"""

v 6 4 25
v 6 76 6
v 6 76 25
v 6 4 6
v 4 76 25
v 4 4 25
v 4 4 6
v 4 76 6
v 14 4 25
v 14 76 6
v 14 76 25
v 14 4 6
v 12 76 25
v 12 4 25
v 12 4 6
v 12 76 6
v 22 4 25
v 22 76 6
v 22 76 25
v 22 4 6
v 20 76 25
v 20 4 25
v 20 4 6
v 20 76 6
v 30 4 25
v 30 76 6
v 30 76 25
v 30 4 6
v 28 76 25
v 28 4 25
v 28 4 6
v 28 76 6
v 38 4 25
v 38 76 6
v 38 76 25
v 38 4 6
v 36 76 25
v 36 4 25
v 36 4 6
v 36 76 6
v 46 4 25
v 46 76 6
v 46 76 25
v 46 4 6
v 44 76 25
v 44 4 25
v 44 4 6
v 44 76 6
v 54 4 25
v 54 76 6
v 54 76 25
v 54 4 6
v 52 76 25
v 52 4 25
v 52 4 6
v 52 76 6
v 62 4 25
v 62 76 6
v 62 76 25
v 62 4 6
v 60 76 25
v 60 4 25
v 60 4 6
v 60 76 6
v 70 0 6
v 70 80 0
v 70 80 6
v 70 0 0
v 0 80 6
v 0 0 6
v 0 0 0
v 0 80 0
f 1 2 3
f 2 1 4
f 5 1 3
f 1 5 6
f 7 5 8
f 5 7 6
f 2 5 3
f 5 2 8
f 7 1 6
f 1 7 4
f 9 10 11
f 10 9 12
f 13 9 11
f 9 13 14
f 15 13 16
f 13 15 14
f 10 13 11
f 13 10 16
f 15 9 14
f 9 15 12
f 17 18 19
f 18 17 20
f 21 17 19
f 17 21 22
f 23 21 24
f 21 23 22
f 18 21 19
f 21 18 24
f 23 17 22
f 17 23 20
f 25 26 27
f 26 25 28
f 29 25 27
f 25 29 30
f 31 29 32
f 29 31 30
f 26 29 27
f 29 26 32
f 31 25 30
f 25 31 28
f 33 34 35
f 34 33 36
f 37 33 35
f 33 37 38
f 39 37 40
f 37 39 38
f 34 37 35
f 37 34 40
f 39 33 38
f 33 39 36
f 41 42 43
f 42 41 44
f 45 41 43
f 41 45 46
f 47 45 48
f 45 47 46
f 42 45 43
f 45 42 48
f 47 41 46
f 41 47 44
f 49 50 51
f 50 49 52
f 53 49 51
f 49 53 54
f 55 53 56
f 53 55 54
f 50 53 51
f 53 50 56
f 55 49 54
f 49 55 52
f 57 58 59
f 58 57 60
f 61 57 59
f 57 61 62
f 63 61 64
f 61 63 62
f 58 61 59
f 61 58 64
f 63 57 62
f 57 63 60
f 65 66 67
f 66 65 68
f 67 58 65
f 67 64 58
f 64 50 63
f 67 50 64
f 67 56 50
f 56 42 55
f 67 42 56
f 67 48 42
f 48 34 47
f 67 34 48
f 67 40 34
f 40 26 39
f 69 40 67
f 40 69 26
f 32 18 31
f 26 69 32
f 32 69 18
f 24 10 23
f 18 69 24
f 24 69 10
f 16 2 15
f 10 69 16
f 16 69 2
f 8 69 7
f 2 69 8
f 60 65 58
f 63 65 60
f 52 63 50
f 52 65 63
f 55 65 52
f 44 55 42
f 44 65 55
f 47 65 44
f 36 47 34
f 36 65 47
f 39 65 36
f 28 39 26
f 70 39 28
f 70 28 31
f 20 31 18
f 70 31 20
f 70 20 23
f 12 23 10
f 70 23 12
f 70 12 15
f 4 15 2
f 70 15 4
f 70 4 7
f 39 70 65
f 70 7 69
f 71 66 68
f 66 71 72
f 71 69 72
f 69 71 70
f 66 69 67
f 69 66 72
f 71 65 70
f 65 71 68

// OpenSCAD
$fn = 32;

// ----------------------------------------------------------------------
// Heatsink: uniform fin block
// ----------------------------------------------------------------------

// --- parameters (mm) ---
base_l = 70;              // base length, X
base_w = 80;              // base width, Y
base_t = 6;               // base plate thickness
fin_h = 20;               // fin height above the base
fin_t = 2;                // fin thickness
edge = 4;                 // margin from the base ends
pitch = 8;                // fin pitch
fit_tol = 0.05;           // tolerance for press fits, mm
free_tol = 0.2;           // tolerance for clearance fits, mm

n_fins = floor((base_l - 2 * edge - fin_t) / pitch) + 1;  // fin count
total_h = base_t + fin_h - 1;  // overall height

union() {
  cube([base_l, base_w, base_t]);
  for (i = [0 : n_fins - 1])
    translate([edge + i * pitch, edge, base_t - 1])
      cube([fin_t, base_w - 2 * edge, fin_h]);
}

"""

▶ **Your goal**:
All of the entries above should be output exactly as they are.

▶ **Exercise output**:
v 6 4 25
v 6 76 6
v 6 76 25
v 6 4 6
v 4 76 25
v 4 4 25
v 4 4 6
v 4 76 6
v 14 4 25
v 14 76 6
v 14 76 25
v 14 4 6
v 12 76 25
v 12 4 25
v 12 4 6
v 12 76 6
v 22 4 25
v 22 76 6
v 22 76 25
v 22 4 6
v 20 76 25
v 20 4 25
v 20 4 6
v 20 76 6
v 30 4 25
v 30 76 6
v 30 76 25
v 30 4 6
v 28 76 25
v 28 4 25
v 28 4 6
v 28 76 6
v 38 4 25
v 38 76 6
v 38 76 25
v 38 4 6
v 36 76 25
v 36 4 25
v 36 4 6
v 36 76 6
v 46 4 25
v 46 76 6
v 46 76 25
v 46 4 6
v 44 76 25
v 44 4 25
v 44 4 6
v 44 76 6
v 54 4 25
v 54 76 6
v 54 76 25
v 54 4 6
v 52 76 25
v 52 4 25
v 52 4 6
v 52 76 6
v 62 4 25
v 62 76 6
v 62 76 25
v 62 4 6
v 60 76 25
v 60 4 25
v 60 4 6
v 60 76 6
v 70 0 6
v 70 80 0
v 70 80 6
v 70 0 0
v 0 80 6
v 0 0 6
v 0 0 0
v 0 80 0
f 1 2 3
f 2 1 4
f 5 1 3
f 1 5 6
f 7 5 8
f 5 7 6
f 2 5 3
f 5 2 8
f 7 1 6
f 1 7 4
f 9 10 11
f 10 9 12
f 13 9 11
f 9 13 14
f 15 13 16
f 13 15 14
f 10 13 11
f 13 10 16
f 15 9 14
f 9 15 12
f 17 18 19
f 18 17 20
f 21 17 19
f 17 21 22
f 23 21 24
f 21 23 22
f 18 21 19
f 21 18 24
f 23 17 22
f 17 23 20
f 25 26 27
f 26 25 28
f 29 25 27
f 25 29 30
f 31 29 32
f 29 31 30
f 26 29 27
f 29 26 32
f 31 25 30
f 25 31 28
f 33 34 35
f 34 33 36
f 37 33 35
f 33 37 38
f 39 37 40
f 37 39 38
f 34 37 35
f 37 34 40
f 39 33 38
f 33 39 36
f 41 42 43
f 42 41 44
f 45 41 43
f 41 45 46
f 47 45 48
f 45 47 46
f 42 45 43
f 45 42 48
f 47 41 46
f 41 47 44
f 49 50 51
f 50 49 52
f 53 49 51
f 49 53 54
f 55 53 56
f 53 55 54
f 50 53 51
f 53 50 56
f 55 49 54
f 49 55 52
f 57 58 59
f 58 57 60
f 61 57 59
f 57 61 62
f 63 61 64
f 61 63 62
f 58 61 59
f 61 58 64
f 63 57 62
f 57 63 60
f 65 66 67
f 66 65 68
f 67 58 65
f 67 64 58
f 64 50 63
f 67 50 64
f 67 56 50
f 56 42 55
f 67 42 56
f 67 48 42
f 48 34 47
f 67 34 48
f 67 40 34
f 40 26 39
f 69 40 67
f 40 69 26
f 32 18 31
f 26 69 32
f 32 69 18
f 24 10 23
f 18 69 24
f 24 69 10
f 16 2 15
f 10 69 16
f 16 69 2
f 8 69 7
f 2 69 8
f 60 65 58
f 63 65 60
f 52 63 50
f 52 65 63
f 55 65 52
f 44 55 42
f 44 65 55
f 47 65 44
f 36 47 34
f 36 65 47
f 39 65 36
f 28 39 26
f 70 39 28
f 70 28 31
f 20 31 18
f 70 31 20
f 70 20 23
f 12 23 10
f 70 23 12
f 70 12 15
f 4 15 2
f 70 15 4
f 70 4 7
f 39 70 65
f 70 7 69
f 71 66 68
f 66 71 72
f 71 69 72
f 69 71 70
f 66 69 67
f 69 66 72
f 71 65 70
f 65 71 68

// OpenSCAD
$fn = 32;

// ----------------------------------------------------------------------
// Heatsink: uniform fin block
// ----------------------------------------------------------------------

// --- parameters (mm) ---
base_l = 70;              // base length, X
base_w = 80;              // base width, Y
base_t = 6;               // base plate thickness
fin_h = 20;               // fin height above the base
fin_t = 2;                // fin thickness
edge = 4;                 // margin from the base ends
pitch = 8;                // fin pitch
fit_tol = 0.05;           // tolerance for press fits, mm
free_tol = 0.2;           // tolerance for clearance fits, mm

n_fins = floor((base_l - 2 * edge - fin_t) / pitch) + 1;  // fin count
total_h = base_t + fin_h - 1;  // overall height

union() {
  cube([base_l, base_w, base_t]);
  for (i = [0 : n_fins - 1])
    translate([edge + i * pitch, edge, base_t - 1])
      cube([fin_t, base_w - 2 * edge, fin_h]);
}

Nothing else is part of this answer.